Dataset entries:
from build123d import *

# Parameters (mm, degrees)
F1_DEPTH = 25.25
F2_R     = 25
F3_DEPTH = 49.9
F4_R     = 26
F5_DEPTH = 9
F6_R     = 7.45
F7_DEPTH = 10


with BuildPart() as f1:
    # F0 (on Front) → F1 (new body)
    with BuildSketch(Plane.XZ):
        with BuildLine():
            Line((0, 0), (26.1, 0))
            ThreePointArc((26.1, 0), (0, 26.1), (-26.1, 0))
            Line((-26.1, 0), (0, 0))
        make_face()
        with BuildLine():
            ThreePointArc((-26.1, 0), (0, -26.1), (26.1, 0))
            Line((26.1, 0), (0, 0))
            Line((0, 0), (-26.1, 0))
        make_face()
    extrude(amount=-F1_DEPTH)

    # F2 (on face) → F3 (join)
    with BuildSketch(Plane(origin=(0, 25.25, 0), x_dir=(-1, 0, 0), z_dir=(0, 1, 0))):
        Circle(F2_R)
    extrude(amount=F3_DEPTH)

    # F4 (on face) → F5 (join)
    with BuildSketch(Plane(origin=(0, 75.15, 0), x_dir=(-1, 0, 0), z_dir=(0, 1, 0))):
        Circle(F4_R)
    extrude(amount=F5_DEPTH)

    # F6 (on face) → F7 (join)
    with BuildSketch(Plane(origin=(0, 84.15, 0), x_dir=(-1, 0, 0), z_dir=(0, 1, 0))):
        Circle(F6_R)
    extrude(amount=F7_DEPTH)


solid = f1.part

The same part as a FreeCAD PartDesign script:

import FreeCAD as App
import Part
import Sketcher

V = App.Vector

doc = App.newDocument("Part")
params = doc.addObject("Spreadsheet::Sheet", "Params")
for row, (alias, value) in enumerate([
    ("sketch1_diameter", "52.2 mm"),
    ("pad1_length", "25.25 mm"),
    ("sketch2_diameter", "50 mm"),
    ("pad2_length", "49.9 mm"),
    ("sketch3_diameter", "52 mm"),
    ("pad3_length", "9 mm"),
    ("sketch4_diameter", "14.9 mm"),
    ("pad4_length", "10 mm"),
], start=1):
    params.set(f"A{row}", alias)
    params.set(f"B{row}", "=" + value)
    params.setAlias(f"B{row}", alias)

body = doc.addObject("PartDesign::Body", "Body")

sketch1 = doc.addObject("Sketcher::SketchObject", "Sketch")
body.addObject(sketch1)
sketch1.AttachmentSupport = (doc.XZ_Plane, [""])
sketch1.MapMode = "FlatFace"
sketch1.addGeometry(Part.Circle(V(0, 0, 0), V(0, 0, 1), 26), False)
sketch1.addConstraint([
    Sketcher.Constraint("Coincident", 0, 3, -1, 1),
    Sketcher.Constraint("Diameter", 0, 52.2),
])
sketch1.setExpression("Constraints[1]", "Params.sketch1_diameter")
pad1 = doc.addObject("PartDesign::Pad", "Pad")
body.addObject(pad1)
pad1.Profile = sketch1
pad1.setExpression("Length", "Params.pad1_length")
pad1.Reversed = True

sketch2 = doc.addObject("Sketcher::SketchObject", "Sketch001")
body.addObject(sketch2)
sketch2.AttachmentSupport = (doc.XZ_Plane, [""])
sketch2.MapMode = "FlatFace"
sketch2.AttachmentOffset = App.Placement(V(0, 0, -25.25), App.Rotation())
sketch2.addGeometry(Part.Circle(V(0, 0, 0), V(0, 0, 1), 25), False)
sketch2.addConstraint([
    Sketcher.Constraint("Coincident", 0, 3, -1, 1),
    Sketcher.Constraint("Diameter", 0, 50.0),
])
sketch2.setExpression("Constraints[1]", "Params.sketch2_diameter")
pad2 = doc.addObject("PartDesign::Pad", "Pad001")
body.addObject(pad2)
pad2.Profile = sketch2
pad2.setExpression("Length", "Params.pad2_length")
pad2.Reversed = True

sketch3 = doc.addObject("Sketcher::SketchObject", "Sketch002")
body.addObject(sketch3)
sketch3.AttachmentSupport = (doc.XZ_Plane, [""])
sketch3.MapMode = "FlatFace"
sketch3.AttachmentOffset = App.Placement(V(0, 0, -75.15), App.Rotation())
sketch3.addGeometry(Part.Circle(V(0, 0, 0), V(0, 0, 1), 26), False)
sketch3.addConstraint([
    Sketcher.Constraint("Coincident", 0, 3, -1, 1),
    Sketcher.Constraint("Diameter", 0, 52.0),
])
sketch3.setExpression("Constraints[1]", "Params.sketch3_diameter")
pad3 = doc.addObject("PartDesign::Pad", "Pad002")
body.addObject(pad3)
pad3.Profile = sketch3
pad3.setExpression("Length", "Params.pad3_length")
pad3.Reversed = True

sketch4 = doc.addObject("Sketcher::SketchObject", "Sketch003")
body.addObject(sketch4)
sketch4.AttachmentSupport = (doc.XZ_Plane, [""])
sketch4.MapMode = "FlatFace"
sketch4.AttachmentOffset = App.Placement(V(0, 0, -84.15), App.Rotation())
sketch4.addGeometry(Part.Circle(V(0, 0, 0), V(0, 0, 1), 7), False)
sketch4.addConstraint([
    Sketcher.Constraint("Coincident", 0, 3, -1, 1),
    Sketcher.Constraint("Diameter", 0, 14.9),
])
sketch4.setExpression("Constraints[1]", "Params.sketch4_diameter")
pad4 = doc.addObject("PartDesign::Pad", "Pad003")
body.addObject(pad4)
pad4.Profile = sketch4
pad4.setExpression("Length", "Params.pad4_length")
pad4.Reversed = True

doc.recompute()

* * *

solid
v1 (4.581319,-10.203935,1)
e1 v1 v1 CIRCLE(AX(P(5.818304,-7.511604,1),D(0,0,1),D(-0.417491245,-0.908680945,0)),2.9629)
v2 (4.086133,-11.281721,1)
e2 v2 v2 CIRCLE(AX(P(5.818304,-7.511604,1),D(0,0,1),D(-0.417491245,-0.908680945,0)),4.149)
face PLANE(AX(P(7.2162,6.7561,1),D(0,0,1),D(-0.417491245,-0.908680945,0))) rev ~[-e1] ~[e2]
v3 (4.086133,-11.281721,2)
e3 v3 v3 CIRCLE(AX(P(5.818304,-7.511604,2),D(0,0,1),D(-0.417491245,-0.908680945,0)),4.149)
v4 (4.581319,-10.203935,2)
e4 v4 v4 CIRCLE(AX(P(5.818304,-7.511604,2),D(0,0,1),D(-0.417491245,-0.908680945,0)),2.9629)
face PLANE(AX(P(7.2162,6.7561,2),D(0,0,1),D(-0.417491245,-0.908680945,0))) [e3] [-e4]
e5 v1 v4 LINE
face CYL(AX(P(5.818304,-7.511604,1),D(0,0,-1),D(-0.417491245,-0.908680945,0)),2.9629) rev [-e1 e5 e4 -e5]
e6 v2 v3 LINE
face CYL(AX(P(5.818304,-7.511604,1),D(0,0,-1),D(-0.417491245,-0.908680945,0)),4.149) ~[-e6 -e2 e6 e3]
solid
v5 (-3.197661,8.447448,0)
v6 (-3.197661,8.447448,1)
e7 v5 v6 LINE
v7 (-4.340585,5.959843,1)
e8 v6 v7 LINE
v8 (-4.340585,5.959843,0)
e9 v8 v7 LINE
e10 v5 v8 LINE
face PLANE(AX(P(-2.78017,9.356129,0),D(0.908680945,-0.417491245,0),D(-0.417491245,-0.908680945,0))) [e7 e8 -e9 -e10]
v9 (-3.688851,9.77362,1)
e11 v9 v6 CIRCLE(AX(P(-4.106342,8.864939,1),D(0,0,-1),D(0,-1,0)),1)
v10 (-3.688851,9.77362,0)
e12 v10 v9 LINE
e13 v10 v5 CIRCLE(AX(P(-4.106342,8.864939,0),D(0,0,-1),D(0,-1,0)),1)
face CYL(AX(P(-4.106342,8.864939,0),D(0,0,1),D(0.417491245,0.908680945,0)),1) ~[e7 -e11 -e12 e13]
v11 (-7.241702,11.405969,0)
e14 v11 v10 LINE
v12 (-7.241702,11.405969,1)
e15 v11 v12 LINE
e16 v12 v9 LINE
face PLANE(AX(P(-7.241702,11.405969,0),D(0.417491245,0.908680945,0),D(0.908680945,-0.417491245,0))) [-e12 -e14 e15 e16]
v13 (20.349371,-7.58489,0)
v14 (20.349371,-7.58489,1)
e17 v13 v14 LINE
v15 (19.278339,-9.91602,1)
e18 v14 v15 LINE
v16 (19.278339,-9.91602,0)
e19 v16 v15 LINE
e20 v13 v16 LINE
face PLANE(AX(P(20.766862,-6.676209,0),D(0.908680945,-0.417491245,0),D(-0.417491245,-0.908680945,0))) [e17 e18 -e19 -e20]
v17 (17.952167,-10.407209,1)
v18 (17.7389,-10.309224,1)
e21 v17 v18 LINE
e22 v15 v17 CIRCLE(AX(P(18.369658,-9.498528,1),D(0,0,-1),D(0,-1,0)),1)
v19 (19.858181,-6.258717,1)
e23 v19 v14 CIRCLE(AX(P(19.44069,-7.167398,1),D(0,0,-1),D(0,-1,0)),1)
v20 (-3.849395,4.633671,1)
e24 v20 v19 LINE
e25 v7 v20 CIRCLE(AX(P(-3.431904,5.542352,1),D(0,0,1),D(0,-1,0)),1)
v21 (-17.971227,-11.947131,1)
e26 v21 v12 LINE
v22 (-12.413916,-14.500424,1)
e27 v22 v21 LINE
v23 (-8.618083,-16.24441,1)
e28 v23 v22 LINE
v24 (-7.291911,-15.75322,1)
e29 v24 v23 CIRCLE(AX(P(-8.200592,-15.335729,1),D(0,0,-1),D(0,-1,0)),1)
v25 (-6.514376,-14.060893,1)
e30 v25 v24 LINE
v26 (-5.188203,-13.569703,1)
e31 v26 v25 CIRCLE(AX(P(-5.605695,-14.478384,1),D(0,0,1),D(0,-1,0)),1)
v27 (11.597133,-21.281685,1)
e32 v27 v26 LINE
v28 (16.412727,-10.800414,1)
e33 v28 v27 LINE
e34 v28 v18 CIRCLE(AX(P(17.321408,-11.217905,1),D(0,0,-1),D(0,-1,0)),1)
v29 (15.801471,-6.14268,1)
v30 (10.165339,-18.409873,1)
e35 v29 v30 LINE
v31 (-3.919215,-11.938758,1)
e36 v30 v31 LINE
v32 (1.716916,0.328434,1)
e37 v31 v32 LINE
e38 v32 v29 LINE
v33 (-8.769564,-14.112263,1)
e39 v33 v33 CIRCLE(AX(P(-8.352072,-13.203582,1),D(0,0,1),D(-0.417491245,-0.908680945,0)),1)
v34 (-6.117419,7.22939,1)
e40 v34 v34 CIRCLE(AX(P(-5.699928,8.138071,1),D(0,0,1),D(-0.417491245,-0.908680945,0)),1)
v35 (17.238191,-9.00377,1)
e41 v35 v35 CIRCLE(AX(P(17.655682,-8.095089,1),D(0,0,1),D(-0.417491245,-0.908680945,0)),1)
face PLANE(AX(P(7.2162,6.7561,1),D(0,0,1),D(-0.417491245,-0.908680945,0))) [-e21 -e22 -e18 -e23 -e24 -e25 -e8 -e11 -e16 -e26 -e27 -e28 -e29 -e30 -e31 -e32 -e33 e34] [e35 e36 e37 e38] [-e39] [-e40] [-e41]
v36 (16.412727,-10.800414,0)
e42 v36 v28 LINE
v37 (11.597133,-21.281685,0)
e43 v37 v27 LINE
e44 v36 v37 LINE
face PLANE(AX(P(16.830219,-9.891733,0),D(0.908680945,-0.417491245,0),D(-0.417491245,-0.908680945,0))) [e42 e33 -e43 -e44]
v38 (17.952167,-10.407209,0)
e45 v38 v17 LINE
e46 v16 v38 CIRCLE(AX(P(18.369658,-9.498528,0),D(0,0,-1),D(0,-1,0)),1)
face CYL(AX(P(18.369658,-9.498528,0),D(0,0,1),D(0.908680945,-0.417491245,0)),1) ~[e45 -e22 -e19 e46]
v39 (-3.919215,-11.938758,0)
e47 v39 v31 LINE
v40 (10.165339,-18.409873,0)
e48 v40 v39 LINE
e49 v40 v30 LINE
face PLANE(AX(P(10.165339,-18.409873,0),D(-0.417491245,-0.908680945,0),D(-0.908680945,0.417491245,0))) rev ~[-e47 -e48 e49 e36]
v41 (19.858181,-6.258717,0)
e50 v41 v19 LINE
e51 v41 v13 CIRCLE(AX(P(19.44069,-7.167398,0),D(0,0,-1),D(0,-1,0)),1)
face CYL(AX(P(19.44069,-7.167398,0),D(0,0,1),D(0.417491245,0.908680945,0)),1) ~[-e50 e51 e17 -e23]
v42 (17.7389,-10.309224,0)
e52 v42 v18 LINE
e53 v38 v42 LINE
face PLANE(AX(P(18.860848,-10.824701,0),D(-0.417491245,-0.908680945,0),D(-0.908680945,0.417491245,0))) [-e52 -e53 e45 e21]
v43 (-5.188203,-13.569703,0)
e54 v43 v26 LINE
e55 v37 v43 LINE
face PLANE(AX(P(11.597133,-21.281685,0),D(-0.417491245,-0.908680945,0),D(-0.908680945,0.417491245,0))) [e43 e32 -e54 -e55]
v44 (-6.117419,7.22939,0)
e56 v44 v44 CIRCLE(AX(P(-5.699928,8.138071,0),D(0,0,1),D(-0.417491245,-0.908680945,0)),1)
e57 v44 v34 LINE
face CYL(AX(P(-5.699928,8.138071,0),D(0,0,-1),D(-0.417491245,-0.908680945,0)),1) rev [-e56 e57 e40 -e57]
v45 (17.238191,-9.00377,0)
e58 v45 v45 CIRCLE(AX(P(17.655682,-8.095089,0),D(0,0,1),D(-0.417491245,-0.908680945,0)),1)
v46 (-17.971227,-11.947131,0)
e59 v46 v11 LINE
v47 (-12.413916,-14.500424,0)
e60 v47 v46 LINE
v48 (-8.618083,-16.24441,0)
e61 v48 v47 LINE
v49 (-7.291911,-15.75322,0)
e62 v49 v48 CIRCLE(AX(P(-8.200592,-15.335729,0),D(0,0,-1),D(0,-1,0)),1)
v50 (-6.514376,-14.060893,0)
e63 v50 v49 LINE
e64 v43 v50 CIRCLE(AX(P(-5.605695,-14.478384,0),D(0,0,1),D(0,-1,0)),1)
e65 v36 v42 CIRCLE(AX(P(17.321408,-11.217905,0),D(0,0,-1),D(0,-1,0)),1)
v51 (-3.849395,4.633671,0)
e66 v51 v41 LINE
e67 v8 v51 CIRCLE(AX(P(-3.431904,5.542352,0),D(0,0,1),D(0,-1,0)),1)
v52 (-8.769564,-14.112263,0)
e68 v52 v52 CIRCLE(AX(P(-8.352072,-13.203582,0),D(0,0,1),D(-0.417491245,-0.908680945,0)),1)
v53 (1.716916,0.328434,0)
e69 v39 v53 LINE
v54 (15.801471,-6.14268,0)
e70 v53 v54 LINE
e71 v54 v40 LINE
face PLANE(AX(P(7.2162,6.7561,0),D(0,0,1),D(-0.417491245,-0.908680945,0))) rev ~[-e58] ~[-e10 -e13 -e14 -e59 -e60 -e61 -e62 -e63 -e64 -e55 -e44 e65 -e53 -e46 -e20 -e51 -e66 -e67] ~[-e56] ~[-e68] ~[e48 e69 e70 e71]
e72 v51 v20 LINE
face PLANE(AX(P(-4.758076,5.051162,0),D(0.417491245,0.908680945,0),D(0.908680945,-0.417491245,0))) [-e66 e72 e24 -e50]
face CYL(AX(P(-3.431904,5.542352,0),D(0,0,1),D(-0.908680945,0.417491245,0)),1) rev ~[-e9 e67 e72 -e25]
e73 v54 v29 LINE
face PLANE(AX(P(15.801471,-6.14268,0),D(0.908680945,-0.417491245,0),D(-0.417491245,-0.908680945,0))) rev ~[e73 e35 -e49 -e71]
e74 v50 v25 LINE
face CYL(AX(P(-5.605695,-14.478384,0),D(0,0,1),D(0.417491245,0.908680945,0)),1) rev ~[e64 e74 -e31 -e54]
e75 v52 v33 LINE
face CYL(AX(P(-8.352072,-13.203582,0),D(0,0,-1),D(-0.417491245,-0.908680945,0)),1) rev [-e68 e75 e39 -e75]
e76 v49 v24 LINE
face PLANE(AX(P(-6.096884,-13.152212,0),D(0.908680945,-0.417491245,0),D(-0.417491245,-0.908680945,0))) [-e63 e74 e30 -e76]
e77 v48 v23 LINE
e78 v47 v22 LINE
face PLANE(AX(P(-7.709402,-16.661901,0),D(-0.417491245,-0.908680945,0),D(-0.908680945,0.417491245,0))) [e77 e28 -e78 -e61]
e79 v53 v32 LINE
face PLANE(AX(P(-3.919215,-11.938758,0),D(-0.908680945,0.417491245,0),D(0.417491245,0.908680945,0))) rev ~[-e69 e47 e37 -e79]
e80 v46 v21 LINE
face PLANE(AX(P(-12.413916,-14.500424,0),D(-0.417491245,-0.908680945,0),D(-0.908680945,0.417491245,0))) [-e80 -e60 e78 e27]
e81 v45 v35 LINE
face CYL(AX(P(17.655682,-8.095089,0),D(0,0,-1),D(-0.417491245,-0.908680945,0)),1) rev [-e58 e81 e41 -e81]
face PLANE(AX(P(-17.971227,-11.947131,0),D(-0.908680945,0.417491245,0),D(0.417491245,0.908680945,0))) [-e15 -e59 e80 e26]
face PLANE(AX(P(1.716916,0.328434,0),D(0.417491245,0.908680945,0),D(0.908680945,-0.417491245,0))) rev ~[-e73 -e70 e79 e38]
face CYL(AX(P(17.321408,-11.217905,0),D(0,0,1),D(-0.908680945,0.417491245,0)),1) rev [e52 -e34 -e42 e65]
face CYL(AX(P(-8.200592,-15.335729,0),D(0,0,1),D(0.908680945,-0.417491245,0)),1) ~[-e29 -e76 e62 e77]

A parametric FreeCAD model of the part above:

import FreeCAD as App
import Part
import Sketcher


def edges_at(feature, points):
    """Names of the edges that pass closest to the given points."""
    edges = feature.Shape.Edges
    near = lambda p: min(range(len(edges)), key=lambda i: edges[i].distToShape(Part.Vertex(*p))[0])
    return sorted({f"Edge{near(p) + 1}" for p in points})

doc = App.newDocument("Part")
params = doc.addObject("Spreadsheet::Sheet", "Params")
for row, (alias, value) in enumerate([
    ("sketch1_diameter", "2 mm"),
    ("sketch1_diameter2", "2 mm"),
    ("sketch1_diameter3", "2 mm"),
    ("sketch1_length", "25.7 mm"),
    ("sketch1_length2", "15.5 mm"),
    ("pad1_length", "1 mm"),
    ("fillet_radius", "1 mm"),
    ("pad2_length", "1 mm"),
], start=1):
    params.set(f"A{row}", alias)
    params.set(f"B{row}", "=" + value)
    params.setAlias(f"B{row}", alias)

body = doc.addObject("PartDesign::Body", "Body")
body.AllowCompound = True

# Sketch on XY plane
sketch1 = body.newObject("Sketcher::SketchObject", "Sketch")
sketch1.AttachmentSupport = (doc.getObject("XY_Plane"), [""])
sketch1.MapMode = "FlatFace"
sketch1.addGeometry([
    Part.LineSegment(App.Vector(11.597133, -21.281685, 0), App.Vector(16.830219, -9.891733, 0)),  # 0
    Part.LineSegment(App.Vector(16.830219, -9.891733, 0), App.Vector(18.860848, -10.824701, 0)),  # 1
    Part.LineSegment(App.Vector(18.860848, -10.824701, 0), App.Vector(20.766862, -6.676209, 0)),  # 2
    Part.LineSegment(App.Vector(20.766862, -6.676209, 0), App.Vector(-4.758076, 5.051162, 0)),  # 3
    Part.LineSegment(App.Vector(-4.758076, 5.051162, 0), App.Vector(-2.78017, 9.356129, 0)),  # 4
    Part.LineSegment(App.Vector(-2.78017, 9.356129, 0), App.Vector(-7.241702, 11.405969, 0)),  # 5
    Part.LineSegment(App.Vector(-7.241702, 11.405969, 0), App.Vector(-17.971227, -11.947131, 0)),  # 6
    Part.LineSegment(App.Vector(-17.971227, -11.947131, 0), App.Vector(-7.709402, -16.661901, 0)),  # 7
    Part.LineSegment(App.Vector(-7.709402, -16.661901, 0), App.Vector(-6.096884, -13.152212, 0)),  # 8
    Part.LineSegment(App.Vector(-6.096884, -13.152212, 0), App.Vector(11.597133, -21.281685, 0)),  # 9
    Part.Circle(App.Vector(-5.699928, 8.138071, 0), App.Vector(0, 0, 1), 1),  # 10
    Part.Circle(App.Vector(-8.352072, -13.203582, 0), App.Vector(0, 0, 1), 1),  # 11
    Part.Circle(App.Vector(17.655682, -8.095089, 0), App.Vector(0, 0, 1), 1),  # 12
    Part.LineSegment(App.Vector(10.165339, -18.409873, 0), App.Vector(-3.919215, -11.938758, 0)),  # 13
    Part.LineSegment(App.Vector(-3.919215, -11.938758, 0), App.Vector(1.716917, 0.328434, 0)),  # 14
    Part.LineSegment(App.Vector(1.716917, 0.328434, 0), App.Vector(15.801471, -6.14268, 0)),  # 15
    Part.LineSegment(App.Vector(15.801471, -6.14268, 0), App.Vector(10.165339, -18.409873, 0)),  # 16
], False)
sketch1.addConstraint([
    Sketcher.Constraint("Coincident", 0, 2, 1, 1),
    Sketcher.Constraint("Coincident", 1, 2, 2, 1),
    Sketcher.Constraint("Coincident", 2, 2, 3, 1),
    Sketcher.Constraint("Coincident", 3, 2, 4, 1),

[EXERCISE INSTRUCTIONS]: Copy each line above that has the word "with".

[EXERCISE OUTPUT]:
with BuildPart() as f1:
    with BuildSketch(Plane.XZ):
        with BuildLine():
        with BuildLine():
    with BuildSketch(Plane(origin=(0, 25.25, 0), x_dir=(-1, 0, 0), z_dir=(0, 1, 0))):
    with BuildSketch(Plane(origin=(0, 75.15, 0), x_dir=(-1, 0, 0), z_dir=(0, 1, 0))):
    with BuildSketch(Plane(origin=(0, 84.15, 0), x_dir=(-1, 0, 0), z_dir=(0, 1, 0))):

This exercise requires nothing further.